W modelu A mówi się o nauczycielu (np. w Polsce o nauczycielu wychowania do życia w rodzinie), w pozostałych modelach o edukatorach seksualnych. Już samo to semantyczne rozróżnienie stawia przed tymi osobami inne zadania. Model A stawia przed nauczycielem następujące wymagania:

– posiadanie kompetencji psychologicznych (potrzebnych zresztą wszystkim innym nauczycielom): pozytywne nastawienie do ludzi, umiejętność prawidłowej komunikacji, motywacji uczniów, kontrolowania stresu, dostosowania stylu kierowania do stopnia dojrzałości uczniów[15]. Ponadto musi być empatyczny, zaangażowany w sprawy wychowania, gotowy do podejmowania różnych i często bardzo trudnych problemów, z jakimi zwracają się do niego uczniowie i rodzice[16];

– posiadanie kompetencji specjalistycznych – wiedzy i umiejętności w zakresie nauczanego przedmiotu.
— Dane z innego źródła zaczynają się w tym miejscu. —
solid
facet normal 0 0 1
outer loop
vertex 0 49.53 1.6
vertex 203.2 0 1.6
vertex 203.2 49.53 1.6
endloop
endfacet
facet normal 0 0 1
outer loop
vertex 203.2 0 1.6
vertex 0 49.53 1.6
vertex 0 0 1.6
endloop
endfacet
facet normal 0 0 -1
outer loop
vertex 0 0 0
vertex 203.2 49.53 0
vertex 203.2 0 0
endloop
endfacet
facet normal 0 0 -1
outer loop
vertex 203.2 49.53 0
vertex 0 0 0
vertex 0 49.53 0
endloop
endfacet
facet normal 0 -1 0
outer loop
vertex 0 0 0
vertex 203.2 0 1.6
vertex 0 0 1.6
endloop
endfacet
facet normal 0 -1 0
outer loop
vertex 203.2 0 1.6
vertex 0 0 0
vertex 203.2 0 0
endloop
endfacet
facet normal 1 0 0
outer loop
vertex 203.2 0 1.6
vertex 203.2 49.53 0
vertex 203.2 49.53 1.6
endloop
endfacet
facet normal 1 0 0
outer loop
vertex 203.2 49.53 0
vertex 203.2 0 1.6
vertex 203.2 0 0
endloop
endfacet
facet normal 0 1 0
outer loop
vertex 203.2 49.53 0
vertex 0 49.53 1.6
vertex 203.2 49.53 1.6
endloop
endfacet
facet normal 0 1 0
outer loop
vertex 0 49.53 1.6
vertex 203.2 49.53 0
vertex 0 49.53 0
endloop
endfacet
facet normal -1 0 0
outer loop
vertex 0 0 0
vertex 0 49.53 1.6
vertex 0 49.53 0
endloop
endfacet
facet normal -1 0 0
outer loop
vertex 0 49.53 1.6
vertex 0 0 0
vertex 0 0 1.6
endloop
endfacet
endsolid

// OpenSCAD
$fn=64;

board_length = 203.2;
board_width  = 49.53;
board_thick  = 1.6;

color([0.05, 0.45, 0.18])
cube([board_length, board_width, board_thick], center=false);
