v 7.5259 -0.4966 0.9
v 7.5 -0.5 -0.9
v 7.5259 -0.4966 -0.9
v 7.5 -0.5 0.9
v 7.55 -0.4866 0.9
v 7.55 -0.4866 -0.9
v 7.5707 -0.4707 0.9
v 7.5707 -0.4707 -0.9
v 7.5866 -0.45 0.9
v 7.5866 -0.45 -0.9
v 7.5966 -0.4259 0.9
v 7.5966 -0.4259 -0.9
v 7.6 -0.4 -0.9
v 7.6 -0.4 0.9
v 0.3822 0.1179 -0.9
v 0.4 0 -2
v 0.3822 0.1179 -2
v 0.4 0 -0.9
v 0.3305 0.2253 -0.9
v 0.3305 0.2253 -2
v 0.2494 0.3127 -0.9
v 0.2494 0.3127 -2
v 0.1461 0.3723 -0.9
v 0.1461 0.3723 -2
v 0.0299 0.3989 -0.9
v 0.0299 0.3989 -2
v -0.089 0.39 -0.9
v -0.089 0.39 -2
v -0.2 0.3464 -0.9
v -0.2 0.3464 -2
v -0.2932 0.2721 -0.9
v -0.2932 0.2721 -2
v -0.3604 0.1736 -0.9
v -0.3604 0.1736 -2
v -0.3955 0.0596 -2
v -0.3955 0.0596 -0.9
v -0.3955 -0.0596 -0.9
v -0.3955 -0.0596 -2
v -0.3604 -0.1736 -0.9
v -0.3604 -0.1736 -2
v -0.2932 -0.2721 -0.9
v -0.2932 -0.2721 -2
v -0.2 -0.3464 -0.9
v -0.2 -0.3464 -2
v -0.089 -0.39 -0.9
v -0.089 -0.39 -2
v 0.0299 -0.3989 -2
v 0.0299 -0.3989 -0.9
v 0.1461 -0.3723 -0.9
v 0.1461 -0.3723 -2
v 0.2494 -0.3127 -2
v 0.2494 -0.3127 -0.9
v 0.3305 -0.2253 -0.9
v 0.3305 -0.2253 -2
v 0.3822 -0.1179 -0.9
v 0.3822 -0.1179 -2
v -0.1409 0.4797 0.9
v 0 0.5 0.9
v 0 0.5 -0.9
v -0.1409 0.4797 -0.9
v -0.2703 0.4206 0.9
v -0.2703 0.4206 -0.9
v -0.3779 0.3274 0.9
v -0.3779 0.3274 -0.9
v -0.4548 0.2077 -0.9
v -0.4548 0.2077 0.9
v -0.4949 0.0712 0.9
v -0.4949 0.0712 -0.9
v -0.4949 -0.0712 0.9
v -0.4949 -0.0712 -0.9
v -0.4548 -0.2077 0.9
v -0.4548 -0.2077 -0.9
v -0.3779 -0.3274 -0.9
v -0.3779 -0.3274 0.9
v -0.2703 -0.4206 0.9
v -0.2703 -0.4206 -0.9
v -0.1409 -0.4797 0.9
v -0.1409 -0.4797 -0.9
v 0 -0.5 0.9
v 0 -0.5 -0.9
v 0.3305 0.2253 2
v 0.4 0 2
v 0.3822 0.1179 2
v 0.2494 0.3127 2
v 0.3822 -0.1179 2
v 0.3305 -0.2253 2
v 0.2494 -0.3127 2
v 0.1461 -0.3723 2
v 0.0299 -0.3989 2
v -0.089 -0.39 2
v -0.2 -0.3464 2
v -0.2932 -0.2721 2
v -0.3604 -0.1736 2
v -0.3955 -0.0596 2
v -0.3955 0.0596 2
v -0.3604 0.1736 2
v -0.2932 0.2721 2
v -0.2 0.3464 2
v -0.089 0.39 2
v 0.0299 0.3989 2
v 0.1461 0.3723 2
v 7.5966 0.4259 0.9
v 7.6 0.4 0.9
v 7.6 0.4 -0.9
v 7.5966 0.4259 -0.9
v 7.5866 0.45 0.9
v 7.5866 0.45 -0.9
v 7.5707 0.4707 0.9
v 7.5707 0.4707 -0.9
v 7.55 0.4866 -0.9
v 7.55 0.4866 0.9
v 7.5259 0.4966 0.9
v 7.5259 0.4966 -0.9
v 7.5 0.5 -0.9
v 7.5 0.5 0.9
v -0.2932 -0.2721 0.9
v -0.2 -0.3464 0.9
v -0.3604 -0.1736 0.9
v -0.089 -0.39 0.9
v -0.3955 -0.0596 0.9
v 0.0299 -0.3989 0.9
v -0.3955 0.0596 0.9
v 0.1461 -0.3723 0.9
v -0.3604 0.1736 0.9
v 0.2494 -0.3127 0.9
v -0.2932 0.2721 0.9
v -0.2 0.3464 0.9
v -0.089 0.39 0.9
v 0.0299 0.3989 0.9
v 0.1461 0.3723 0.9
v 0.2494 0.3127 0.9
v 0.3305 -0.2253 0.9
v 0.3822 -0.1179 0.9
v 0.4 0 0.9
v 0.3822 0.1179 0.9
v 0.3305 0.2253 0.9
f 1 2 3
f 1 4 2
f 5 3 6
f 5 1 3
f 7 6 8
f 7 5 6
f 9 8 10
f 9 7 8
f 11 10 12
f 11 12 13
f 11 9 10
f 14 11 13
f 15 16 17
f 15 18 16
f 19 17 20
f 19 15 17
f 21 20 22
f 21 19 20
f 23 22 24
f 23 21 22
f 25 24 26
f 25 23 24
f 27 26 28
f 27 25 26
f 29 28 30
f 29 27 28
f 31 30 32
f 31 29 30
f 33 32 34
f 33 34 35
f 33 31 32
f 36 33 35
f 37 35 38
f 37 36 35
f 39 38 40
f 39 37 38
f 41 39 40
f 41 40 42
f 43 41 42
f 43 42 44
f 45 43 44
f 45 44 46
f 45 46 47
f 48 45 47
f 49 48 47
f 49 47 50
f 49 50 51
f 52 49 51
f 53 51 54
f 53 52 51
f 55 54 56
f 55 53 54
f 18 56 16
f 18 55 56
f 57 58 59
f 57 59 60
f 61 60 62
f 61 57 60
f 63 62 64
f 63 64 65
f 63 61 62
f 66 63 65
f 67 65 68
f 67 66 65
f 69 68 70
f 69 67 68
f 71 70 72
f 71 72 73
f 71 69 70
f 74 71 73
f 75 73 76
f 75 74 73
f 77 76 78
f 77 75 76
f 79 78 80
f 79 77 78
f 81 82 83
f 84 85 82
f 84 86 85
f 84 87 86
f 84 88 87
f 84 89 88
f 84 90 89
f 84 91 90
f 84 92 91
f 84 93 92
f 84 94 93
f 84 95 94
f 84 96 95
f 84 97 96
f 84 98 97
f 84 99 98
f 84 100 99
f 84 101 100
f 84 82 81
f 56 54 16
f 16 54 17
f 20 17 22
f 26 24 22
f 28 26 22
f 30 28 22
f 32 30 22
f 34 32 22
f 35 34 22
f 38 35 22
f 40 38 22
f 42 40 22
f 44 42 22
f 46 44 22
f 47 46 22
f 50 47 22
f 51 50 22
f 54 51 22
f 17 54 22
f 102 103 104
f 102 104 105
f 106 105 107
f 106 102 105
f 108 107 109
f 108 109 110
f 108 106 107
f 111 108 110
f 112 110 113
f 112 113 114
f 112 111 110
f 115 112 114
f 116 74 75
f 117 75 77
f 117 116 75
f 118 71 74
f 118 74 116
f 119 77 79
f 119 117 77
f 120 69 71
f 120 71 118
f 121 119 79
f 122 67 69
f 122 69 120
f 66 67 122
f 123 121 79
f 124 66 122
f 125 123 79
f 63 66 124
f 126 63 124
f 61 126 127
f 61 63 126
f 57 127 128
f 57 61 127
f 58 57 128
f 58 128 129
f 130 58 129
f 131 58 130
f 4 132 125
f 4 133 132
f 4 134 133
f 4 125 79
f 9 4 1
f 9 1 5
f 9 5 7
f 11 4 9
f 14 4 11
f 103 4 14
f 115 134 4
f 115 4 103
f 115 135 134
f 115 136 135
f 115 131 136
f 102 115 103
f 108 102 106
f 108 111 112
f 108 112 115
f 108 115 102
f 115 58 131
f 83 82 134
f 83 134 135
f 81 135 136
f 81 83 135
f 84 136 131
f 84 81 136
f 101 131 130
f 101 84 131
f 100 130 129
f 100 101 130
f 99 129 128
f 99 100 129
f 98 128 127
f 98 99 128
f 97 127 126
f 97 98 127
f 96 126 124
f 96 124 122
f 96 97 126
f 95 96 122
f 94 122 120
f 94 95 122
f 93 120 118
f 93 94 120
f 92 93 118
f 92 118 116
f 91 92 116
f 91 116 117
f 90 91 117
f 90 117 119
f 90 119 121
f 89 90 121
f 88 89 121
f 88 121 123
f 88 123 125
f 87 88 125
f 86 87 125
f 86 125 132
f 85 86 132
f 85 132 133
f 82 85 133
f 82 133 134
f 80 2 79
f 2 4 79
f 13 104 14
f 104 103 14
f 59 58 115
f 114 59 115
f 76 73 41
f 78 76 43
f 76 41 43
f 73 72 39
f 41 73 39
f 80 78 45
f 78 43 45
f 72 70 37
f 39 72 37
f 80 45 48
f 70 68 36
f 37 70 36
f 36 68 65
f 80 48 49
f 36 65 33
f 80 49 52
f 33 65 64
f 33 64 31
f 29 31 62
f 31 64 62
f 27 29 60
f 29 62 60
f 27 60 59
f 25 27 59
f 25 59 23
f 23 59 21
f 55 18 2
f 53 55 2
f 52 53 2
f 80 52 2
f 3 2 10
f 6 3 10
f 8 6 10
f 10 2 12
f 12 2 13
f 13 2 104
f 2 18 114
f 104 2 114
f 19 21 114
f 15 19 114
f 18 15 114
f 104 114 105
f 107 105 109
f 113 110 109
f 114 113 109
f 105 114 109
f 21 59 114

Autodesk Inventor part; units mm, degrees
ref_plane "YZ Plane" through (0, 0, 0) normal (1, 0, 0) x (0, 1, 0)
ref_plane "XZ Plane" through (0, 0, 0) normal (0, 1, 0) x (-1, 0, 0)
ref_plane "XY Plane" through (0, 0, 0) normal (0, 0, 1) x (1, 0, 0)
sketch "스케치1" plane through (0, 0, 0) normal (0, 0, 1) x (1, 0, 0)
  circle A0 centre (0, 0) radius 0.4
  circle A1 centre (0, 0) radius 0.5
  line L0 (0, 0.5) -> (7.6, 0.5)
  line L1 (7.6, 0.5) -> (7.6, -0.5)
  line L2 (7.6, -0.5) -> (0, -0.5)
  line L3 (0, -0.5) -> (0, 0.5)
  point P0 (0, -0.5)
  dimension "d1" = 1
  dimension "d0" = 0.8
  dimension "d2" = 1
  dimension "d7" = 7.6
extrude "돌출1" add sketch "스케치1" along normal mid plane 4 contours A0 L3 | L3 A0
extrude "돌출2" add sketch "스케치1" along normal mid plane 1.8 contours A0 L3 A1 | A0 L3 A1 | L0 L1 L2 A1
fillet "모깎기1" radius 0.1 2 edges at (7.6, 0.5, 0) (7.6, -0.5, 0)
properties part number "집게 고정"
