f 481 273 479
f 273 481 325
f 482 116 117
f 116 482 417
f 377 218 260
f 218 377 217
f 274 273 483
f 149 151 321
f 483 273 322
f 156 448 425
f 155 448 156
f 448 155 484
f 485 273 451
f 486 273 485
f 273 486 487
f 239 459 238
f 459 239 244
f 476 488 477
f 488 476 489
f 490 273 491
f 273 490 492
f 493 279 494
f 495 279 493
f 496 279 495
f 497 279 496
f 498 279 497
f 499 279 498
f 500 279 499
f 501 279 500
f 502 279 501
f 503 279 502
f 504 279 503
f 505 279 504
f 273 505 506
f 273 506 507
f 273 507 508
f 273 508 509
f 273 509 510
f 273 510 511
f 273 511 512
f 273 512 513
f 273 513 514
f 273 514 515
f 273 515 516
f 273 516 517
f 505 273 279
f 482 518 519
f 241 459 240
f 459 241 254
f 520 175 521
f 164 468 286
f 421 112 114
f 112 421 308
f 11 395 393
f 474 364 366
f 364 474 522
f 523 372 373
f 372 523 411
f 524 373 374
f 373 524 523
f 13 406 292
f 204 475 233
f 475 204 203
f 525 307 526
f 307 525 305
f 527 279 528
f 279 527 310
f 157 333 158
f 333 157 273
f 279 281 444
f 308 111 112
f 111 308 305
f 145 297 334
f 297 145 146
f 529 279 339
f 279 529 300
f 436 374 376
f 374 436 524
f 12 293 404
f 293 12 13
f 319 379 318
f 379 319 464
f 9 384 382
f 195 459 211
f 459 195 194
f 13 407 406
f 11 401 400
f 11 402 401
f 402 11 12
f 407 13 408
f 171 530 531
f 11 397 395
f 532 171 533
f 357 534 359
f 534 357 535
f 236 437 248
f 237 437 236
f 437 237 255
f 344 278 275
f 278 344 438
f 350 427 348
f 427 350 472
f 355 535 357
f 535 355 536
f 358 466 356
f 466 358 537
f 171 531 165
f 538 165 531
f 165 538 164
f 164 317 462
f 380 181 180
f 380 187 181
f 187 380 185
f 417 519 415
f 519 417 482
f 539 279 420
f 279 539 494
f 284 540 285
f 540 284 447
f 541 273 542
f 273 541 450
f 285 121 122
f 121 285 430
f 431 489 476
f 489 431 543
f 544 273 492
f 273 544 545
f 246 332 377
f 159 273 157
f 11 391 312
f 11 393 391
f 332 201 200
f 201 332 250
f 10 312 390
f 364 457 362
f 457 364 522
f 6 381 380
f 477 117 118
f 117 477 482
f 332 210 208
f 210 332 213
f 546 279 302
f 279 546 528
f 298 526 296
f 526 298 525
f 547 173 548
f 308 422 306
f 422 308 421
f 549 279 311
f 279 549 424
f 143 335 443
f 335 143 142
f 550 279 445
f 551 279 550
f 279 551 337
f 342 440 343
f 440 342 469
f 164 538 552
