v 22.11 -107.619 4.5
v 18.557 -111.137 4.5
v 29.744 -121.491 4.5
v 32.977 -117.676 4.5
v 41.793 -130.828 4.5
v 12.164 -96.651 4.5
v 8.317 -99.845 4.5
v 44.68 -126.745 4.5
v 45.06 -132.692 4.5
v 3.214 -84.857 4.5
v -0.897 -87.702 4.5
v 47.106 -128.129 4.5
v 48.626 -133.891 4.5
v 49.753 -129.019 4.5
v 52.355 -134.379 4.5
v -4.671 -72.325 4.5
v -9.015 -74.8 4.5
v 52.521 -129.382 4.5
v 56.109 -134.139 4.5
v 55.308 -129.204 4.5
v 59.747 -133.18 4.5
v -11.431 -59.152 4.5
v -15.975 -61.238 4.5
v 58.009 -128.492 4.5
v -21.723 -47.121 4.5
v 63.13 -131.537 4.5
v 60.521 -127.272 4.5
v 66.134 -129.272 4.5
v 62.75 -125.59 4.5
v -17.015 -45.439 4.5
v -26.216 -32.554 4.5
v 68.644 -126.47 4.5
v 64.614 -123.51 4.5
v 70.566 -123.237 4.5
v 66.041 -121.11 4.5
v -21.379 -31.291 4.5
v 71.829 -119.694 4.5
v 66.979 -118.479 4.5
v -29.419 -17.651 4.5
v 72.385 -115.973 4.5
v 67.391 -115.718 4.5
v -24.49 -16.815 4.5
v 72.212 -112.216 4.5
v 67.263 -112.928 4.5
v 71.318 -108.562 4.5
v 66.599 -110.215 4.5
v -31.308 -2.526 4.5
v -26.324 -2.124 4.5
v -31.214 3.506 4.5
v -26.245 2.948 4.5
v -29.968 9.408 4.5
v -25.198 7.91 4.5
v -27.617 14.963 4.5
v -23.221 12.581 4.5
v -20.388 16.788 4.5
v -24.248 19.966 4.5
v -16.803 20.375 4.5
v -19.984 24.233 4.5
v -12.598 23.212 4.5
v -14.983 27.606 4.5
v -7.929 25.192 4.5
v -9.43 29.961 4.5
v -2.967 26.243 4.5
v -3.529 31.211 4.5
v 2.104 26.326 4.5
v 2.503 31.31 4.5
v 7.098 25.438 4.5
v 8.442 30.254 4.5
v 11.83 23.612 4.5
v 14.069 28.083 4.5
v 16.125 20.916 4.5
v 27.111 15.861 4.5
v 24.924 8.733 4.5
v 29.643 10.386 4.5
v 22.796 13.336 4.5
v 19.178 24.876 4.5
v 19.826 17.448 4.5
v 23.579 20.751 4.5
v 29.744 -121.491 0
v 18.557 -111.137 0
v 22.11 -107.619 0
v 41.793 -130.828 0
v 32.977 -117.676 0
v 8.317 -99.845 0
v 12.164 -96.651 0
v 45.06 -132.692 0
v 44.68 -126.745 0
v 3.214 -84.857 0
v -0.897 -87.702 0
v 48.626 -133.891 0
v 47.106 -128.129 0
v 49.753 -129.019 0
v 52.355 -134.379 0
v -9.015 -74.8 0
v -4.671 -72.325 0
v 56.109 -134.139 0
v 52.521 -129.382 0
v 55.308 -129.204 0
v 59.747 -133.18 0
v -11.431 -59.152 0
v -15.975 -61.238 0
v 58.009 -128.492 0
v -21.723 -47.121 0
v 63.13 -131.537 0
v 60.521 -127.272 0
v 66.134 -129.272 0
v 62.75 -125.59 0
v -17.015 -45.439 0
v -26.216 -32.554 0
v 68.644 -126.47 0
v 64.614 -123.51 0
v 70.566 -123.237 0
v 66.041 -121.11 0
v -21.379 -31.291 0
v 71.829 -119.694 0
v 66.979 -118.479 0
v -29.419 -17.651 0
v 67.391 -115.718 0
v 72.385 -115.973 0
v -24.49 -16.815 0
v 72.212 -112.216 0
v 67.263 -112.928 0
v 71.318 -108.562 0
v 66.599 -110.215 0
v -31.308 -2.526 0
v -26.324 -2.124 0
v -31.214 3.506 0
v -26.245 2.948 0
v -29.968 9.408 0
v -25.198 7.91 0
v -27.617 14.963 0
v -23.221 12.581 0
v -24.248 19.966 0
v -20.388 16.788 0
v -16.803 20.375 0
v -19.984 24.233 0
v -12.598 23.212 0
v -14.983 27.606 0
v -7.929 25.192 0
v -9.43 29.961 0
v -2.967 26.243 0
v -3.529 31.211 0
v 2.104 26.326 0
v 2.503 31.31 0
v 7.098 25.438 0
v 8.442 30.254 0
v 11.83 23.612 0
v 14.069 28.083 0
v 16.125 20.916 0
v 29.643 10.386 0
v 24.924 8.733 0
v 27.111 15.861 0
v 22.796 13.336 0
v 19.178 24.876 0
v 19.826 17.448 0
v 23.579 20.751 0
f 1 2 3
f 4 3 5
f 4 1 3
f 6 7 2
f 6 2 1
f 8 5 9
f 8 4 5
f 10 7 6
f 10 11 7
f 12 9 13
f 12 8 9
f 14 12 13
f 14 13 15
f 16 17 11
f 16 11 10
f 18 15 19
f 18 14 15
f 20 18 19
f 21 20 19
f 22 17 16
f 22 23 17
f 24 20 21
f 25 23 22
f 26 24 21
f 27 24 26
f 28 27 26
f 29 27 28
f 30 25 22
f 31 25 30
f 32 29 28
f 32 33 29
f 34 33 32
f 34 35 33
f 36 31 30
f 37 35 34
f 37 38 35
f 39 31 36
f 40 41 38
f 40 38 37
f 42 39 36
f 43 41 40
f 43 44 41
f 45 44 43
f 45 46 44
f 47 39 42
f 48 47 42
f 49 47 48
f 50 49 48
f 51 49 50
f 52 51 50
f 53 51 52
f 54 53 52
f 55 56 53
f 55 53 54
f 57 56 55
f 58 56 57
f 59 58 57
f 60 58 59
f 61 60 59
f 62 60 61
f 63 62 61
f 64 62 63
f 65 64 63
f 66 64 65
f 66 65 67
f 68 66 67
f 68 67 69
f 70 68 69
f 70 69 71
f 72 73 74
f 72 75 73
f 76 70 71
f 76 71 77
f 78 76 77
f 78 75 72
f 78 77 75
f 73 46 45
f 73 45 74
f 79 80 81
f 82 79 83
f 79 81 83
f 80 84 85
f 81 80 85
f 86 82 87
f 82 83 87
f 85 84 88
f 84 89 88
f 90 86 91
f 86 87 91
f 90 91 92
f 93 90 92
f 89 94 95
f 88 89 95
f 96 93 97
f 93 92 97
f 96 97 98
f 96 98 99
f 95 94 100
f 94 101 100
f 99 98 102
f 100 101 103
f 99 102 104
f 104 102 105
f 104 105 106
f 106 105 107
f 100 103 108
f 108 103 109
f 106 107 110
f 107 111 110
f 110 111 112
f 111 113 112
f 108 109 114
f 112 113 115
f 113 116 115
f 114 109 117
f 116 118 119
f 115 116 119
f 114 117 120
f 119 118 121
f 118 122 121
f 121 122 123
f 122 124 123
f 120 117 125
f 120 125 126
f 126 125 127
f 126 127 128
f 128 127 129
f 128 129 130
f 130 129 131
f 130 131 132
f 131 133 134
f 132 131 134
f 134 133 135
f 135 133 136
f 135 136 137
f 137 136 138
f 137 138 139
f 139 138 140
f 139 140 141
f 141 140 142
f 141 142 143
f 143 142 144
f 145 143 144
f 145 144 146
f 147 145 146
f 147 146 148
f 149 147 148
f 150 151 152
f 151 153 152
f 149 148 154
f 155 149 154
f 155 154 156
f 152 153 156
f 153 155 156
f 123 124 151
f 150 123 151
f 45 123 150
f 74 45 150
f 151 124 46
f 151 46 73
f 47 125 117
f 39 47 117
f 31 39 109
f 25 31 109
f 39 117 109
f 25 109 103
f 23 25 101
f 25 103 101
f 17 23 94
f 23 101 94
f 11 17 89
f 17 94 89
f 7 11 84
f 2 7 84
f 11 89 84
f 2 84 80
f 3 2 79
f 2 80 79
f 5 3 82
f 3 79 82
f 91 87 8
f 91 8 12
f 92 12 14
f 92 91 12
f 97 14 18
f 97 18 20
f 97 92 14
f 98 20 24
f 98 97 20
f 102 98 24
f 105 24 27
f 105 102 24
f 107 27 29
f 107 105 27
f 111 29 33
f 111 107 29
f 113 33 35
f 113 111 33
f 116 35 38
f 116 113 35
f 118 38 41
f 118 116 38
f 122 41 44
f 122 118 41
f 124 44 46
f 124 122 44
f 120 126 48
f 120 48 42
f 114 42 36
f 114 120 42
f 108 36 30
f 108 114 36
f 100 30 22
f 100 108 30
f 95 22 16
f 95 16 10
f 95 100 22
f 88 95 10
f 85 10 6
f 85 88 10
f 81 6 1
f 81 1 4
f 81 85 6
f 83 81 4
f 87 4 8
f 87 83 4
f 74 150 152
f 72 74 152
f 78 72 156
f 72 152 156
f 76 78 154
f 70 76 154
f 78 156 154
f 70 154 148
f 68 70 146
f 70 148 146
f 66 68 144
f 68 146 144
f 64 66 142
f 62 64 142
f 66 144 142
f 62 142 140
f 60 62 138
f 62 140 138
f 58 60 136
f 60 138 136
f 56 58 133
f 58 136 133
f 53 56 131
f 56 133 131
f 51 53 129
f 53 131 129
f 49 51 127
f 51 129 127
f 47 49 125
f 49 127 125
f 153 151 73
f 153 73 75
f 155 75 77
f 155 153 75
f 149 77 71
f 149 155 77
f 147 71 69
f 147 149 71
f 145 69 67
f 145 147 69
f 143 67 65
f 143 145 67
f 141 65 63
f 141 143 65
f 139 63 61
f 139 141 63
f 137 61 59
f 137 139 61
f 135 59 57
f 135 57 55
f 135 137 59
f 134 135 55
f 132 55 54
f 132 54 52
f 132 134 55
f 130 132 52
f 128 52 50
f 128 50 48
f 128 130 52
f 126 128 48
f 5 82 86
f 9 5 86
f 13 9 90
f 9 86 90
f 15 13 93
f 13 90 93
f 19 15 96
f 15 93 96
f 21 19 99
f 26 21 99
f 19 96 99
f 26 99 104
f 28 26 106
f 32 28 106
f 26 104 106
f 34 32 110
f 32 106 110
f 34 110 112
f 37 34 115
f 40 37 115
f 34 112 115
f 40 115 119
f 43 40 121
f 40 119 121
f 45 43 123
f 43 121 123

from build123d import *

# Parameters (mm, degrees)
BOSS_EXTRUDE1_DEPTH = 4.5


with BuildPart() as part:
    # Sketch1 → Boss-Extrude1 (new body)
    with BuildSketch(Plane.XY):
        with BuildLine():
            Line((71.318213966, -108.561967819), (29.643230329, 10.3859037))
            ThreePointArc((29.643230329, 10.3859037), (-6.509198083, 30.728137599), (-31.308299059, -2.525571229))
            ThreePointArc((-31.308299059, -2.525571229), (-9.015287266, -74.800110093), (41.79304757, -130.827785878))
            ThreePointArc((41.79304757, -130.827785878), (64.686923189, -130.477223183), (71.318213966, -108.561967819))
        make_face()
        with BuildLine():
            Line((66.599457149, -110.215247618), (24.924473511, 8.732623901))
            ThreePointArc((24.924473511, 8.732623901), (-5.473031562, 25.836679847), (-26.324488321, -2.123538241))
            ThreePointArc((-26.324488321, -2.123538241), (-4.670950627, -72.32488502), (44.679949278, -126.7454093))
            ThreePointArc((44.679949278, -126.7454093), (61.676381409, -126.485151265), (66.599457149, -110.215247618))
        make_face(mode=Mode.SUBTRACT)
    extrude(amount=BOSS_EXTRUDE1_DEPTH)


solid = part.part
Problematyka wychowania do życia w rodzinie wymaga wiedzy interdyscyplinarnej z psychologii, pedagogiki, fizjologii, seksuologii, socjologii, prawa, antropologii, etyki itd., niezbędne jest więc dobre przygotowanie, co z pewnością wiąże się z wysiłkiem i zaangażowaniem, m.in. poprzez solidne studia[17].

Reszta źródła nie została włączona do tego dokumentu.